You could also incorporate Lasagna Gardening (by Pat Lanza) techniques in the raised beds...organic matter of various sorts and some organic fertilizer and/or manure will give you nutrients.


----------



## Grandmotherbear (May 15, 2002)

I keep referring to the Farm Day at Echo Farms in N Fort Myer, an anti-hunger concern thru encouraging smallholder/family farming/urban gardening. In their beds they used packing peanuts and compost (The non-organic kind- any styrofoam would do) The idea is to provide air spaces and keep the organic matter from packing down.
I garden in containers, not raised beds, but my sweet potatoes are permanent in their large containers. I have been amazed at how quickly their soil level packs down- within a year you only have 2/3 of the soil you started with. Hot tropical sun dessicates and evaporates organic material. I may go to shredding newspaper and adding it to the sweet potatoes.


----------



## ChristieAcres (Apr 11, 2009)

I have a 2,500 square foot garden of raised beds. The beds vary in size and also soil mix. I go by PH Level and requirements of what I am growing, then add what is needed by the variety. For general Veggie Gardening, I went with a gardening soil mix 1/2 with well composted manure mix. Works great! For some beds, like for our Blueberries, Peat Moss is topped with compost. They sure look happy! Raspberries needed a different mix, so did the Grapevines, Marionberries, and Kiwi's. I had to cut back on the Nitrogen for the Kiwi's as they are young, yet. The Strawberries got a rich soil with plenty of compost. Typically, I do 60/40 if the compost is rich/denser. Otherwise, go with 50/50. Last year, our garden area was 1/2 the size it is now, but here is what it looked like:

http://www.christiemachineandwelding.com/christie_ventures_inc_015.htm

We use French Intensive methodology and self-sustaining principles. Between the rabbits, quick Nitrogen feeds, Worm/Compost bins, excellent soil amendment, and then there are the Chicken House straw/manure (must be aged). 

This year, we are really going to have a wonderful garden! I added a lot more variety and am NOT growing corn (takes too much space). We can barter for corn with a neighbor who grows a lot of it.

For raised beds? Use a U-Bar for aeration. My husband just built me one, and I am insisting on painting it before it gets used. He was amused!

Happy Gardening!


----------



## harplade (Jul 14, 2005)

what's a u-bar?


----------



## ChristieAcres (Apr 11, 2009)

For a good description of a U-Bar, which every gardener should have:

http://gardening.yardener.com/YardenersToolshedofProducts/HandTools/LargeHandToolsForDigging/ChoosingAUBarDiggerTool

This tool should be used in every garden. Tilling should only need to be done once UNLESS you are running a large farm operation. There are methods you can use to avoid tilling the soil, aerate with a U-Bar, and use compost. 

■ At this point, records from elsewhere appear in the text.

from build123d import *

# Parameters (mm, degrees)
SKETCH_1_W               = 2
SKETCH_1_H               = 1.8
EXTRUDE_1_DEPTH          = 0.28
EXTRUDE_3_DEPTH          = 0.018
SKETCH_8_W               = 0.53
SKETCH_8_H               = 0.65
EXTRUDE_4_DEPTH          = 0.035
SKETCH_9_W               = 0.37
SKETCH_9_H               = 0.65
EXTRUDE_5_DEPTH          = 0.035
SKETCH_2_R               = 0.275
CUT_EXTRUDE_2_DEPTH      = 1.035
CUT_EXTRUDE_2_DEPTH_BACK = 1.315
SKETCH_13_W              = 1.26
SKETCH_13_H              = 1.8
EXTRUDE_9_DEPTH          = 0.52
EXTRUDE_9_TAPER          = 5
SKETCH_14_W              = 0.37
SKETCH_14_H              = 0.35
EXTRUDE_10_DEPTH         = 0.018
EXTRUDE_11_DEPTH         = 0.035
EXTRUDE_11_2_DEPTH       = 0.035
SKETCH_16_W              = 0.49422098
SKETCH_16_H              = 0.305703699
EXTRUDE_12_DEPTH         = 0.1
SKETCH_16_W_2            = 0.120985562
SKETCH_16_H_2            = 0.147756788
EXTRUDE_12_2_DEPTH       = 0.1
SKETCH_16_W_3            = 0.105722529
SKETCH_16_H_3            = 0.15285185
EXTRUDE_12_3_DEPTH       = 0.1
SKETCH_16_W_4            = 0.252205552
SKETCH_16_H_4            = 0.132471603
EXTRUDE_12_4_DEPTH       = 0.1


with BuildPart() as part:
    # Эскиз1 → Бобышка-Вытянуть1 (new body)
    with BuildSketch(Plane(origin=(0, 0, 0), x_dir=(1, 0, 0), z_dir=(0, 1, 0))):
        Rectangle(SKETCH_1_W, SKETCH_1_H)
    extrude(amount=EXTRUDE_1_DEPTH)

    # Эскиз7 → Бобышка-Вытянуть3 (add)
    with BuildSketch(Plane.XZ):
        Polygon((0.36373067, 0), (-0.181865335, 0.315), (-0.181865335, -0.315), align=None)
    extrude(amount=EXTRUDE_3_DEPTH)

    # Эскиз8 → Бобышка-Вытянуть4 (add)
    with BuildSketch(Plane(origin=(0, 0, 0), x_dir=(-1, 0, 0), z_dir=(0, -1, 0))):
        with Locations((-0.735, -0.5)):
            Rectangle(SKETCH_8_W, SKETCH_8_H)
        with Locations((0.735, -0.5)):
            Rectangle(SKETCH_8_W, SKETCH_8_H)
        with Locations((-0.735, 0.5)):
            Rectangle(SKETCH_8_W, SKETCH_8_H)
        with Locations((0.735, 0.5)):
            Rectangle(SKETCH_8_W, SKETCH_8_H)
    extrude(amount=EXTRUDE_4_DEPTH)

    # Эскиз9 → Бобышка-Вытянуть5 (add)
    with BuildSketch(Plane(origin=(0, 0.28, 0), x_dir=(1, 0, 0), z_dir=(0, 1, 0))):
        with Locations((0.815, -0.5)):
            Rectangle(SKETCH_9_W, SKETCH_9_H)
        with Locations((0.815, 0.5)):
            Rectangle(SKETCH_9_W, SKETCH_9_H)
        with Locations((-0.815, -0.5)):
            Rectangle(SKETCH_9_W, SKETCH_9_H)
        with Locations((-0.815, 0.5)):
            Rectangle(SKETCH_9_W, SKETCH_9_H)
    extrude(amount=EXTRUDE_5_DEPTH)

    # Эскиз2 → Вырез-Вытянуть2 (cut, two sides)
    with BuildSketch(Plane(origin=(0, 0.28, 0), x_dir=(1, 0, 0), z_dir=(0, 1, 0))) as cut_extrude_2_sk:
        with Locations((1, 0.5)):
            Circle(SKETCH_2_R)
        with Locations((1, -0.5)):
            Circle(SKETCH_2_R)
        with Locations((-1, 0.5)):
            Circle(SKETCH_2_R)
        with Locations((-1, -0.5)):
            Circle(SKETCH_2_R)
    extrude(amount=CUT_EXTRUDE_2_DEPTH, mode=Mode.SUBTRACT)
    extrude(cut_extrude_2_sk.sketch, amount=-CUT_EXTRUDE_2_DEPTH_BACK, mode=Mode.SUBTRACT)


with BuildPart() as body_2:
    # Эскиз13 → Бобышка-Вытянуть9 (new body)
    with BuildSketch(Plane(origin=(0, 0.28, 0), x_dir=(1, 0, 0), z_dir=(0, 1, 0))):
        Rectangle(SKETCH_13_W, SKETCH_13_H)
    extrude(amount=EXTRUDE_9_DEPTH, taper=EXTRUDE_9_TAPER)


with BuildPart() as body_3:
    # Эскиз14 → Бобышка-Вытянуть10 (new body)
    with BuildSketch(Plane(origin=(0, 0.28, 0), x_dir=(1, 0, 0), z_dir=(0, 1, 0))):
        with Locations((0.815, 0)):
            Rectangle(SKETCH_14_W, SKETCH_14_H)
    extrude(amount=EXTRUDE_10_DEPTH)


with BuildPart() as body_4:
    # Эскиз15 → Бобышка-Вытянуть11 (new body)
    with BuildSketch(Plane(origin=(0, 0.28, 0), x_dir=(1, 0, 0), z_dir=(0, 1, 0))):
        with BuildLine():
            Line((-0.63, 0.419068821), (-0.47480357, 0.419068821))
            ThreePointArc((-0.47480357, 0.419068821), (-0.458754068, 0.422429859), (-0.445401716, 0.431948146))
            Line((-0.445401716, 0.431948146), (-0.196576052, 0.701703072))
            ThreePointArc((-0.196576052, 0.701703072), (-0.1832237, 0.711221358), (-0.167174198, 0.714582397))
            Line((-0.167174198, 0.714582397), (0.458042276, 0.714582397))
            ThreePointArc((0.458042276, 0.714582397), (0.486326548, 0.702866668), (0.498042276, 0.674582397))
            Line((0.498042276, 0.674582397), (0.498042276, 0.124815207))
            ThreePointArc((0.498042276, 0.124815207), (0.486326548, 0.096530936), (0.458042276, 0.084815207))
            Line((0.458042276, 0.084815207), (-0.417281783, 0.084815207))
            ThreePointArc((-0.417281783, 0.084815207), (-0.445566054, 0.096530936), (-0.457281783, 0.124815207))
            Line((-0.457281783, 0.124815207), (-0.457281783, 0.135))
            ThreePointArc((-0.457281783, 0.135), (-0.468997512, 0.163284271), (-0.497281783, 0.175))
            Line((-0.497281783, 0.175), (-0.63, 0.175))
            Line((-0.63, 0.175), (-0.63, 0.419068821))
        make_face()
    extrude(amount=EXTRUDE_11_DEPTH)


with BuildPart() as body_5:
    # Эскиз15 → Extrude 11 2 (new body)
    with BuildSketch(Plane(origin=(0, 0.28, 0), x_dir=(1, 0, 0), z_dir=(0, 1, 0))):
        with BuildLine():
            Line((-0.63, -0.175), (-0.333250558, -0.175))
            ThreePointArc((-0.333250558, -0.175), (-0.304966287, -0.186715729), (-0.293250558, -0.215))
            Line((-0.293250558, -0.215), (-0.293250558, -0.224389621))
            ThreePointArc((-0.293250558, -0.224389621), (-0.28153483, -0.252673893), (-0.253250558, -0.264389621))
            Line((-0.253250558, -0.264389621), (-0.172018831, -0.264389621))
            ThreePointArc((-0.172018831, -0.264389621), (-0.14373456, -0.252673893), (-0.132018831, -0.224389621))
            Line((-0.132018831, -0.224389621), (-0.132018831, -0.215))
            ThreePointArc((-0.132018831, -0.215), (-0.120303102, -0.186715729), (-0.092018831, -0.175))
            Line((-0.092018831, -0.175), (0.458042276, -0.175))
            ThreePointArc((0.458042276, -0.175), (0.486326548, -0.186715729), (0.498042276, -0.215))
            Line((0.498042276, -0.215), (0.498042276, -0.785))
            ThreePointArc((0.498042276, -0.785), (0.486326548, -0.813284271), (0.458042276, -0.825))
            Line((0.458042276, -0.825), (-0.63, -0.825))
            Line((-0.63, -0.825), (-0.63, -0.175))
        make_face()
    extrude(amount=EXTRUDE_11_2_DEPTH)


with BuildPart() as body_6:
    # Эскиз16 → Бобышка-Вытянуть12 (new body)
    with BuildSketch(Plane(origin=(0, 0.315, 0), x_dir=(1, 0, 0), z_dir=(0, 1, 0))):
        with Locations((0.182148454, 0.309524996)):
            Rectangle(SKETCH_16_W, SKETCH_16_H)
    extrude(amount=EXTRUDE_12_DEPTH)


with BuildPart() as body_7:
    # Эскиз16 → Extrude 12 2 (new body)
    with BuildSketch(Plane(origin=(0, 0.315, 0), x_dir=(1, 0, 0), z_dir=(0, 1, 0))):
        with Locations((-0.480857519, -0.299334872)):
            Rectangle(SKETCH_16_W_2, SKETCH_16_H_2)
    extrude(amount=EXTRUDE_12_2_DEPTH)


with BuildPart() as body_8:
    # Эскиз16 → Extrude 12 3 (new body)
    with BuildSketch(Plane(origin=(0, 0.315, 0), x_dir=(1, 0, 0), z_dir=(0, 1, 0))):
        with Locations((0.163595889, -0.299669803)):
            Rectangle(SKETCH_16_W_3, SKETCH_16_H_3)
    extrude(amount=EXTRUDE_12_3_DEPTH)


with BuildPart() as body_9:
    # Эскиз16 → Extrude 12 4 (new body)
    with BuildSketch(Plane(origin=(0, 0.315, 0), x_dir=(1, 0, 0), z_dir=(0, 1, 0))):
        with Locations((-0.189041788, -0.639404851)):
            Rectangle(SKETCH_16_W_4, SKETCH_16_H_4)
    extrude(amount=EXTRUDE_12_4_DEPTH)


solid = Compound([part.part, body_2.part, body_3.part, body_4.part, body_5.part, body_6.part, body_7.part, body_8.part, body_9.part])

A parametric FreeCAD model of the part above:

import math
import FreeCAD as App
import Part
import Sketcher
from FreeCAD import Vector
Q = App.Units.Quantity


def add_polygon(sketch, points):
    """Adds a closed chain of lines whose ends are joined by coincident constraints."""
    first, n = sketch.GeometryCount, len(points)
    for a, b in zip(points, points[1:] + points[:1]):
        sketch.addGeometry(Part.LineSegment(App.Vector(*a, 0), App.Vector(*b, 0)), False)
    for i in range(n):
        sketch.addConstraint(Sketcher.Constraint("Coincident", first + i, 2, first + (i + 1) % n, 1))

doc = App.newDocument("Part")
params = doc.addObject("Spreadsheet::Sheet", "Params")
for row, (alias, value) in enumerate([
    ("sketch1_width", "2 mm"),
    ("sketch1_height", "1.8 mm"),
    ("pad1_length", "0.28 mm"),
    ("sketch2_height", "0.63 mm"),
    ("pad2_length", "0.018 mm"),
    ("sketch3_width", "0.53 mm"),
    ("sketch3_height", "0.65 mm"),
    ("pad3_length", "0.035 mm"),
    ("sketch4_width", "0.37 mm"),
    ("sketch4_height", "0.65 mm"),
    ("pad4_length", "0.035 mm"),
    ("sketch5_diameter", "0.55 mm"),
    ("sketch6_height", "1.8 mm"),
    ("sketch6_width", "1.26 mm"),
    ("pad5_length", "0.52 mm"),
    ("pad5_taper", "-5 deg"),
    ("sketch7_width", "0.37 mm"),
    ("sketch7_height", "0.35 mm"),
    ("pad6_length", "0.018 mm"),
    ("sketch8_radius", "0.04 mm"),
    ("pad7_length", "0.035 mm"),
    ("sketch9_radius", "0.04 mm"),
    ("sketch9_height", "0.65 mm"),
    ("pad8_length", "0.035 mm"),
    ("pad9_length", "0.1 mm"),
    ("pad10_length", "0.1 mm"),
    ("pad11_length", "0.1 mm"),
    ("pad12_length", "0.1 mm"),
], start=1):
    params.set(f"A{row}", alias)
    params.set(f"B{row}", "=" + value)
    params.setAlias(f"B{row}", alias)

body = doc.addObject("PartDesign::Body", "Body")

# Sketch on XZ plane
sketch1 = body.newObject("Sketcher::SketchObject", "Sketch")
sketch1.AttachmentSupport = (doc.getObject("XZ_Plane"), [""])
sketch1.MapMode = "FlatFace"
add_polygon(sketch1, [(-1, -0.9), (-1, 0.9), (1, 0.9), (1, -0.9)])  # lines 0-3
sketch1.addConstraint(Sketcher.Constraint("Vertical", 0))
sketch1.addConstraint(Sketcher.Constraint("Horizontal", 1))
sketch1.addConstraint(Sketcher.Constraint("Vertical", 2))
sketch1.addConstraint(Sketcher.Constraint("Horizontal", 3))
sketch1.addConstraint(Sketcher.Constraint("Symmetric", 0, 2, 2, 2, -1, 1))
sketch1.addConstraint(Sketcher.Constraint("DistanceX", 1, 1, 1, 2, Q("2 mm")))
sketch1.addConstraint(Sketcher.Constraint("DistanceY", 0, 1, 0, 2, Q("1.8 mm")))
sketch1.setExpression("Constraints[9]", "Params.sketch1_width")
sketch1.setExpression("Constraints[10]", "Params.sketch1_height")
pad1 = body.newObject("PartDesign::Pad", "Pad")
pad1.Profile = sketch1
pad1.setExpression("Length", "Params.pad1_length")
pad1.Reversed = True

# Sketch on XZ plane
sketch2 = body.newObject("Sketcher::SketchObject", "Sketch001")
sketch2.AttachmentSupport = (doc.getObject("XZ_Plane"), [""])
sketch2.MapMode = "FlatFace"
add_polygon(sketch2, [(0.363731, 0), (-0.181865, 0.315), (-0.181865, -0.315)])  # lines 0-2
sketch2.addConstraint(Sketcher.Constraint("Vertical", 1))
sketch2.addConstraint(Sketcher.Constraint("PointOnObject", 2, 2, -1))
sketch2.addConstraint(Sketcher.Constraint("Equal", 0, 2))
sketch2.addConstraint(Sketcher.Constraint("Angle", 0, Q("150 deg")))
sketch2.addConstraint(Sketcher.Constraint("DistanceY", 1, 2, 1, 1, Q("0.63 mm")))
sketch2.addConstraint(Sketcher.Constraint("DistanceX", -1, 1, 2, 2, Q("0.363731 mm")))
sketch2.setExpression("Constraints[7]", "Params.sketch2_height")
pad2 = body.newObject("PartDesign::Pad", "Pad001")
pad2.Profile = sketch2
pad2.setExpression("Length", "Params.pad2_length")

My husband actually looked disappointed when I told him he would never have to till the soil in our garden beds again. The grin on his face when he brought out the U-Bar he built? Priceless! Mine is built slightly differently- all out of steel, including the handle. Yes, that means it is heavy-duty and weighs a fair amount. He designed it the correct shape, but didn't add the diagonal bars (normally used for strength), because they weren't needed.


----------



## AshleyB (Aug 6, 2005)

oberhaslikid said:


> I converted last year and was worried I wouldnt do well.I made 6 new 4x10 beds and started the bottom with news paper.Layers and layers. then added big bags of leaves and half filled the boxes to take up space. Then cleaned the goat barn and the chicken house put a layer of that.Then peat moss layer and then topped off with top soil.My DH insisted it needed dirt to plant in.I planted right in the layers and it was Great.
> Fill the bottom up with what you can get cheap and do the Mel mix on top.
> 
> This year we turned everything and the soil is Superb.


 I have a huge pile of hay and goat manure that we cleaned out 3 weeks ago. It is about half way composted. 

If I halfway filled the boxes with the hay/manure, and then put Mel's mix on top, would I have a big problem with weeds? That is my main concern. I don't want extra weeds.


----------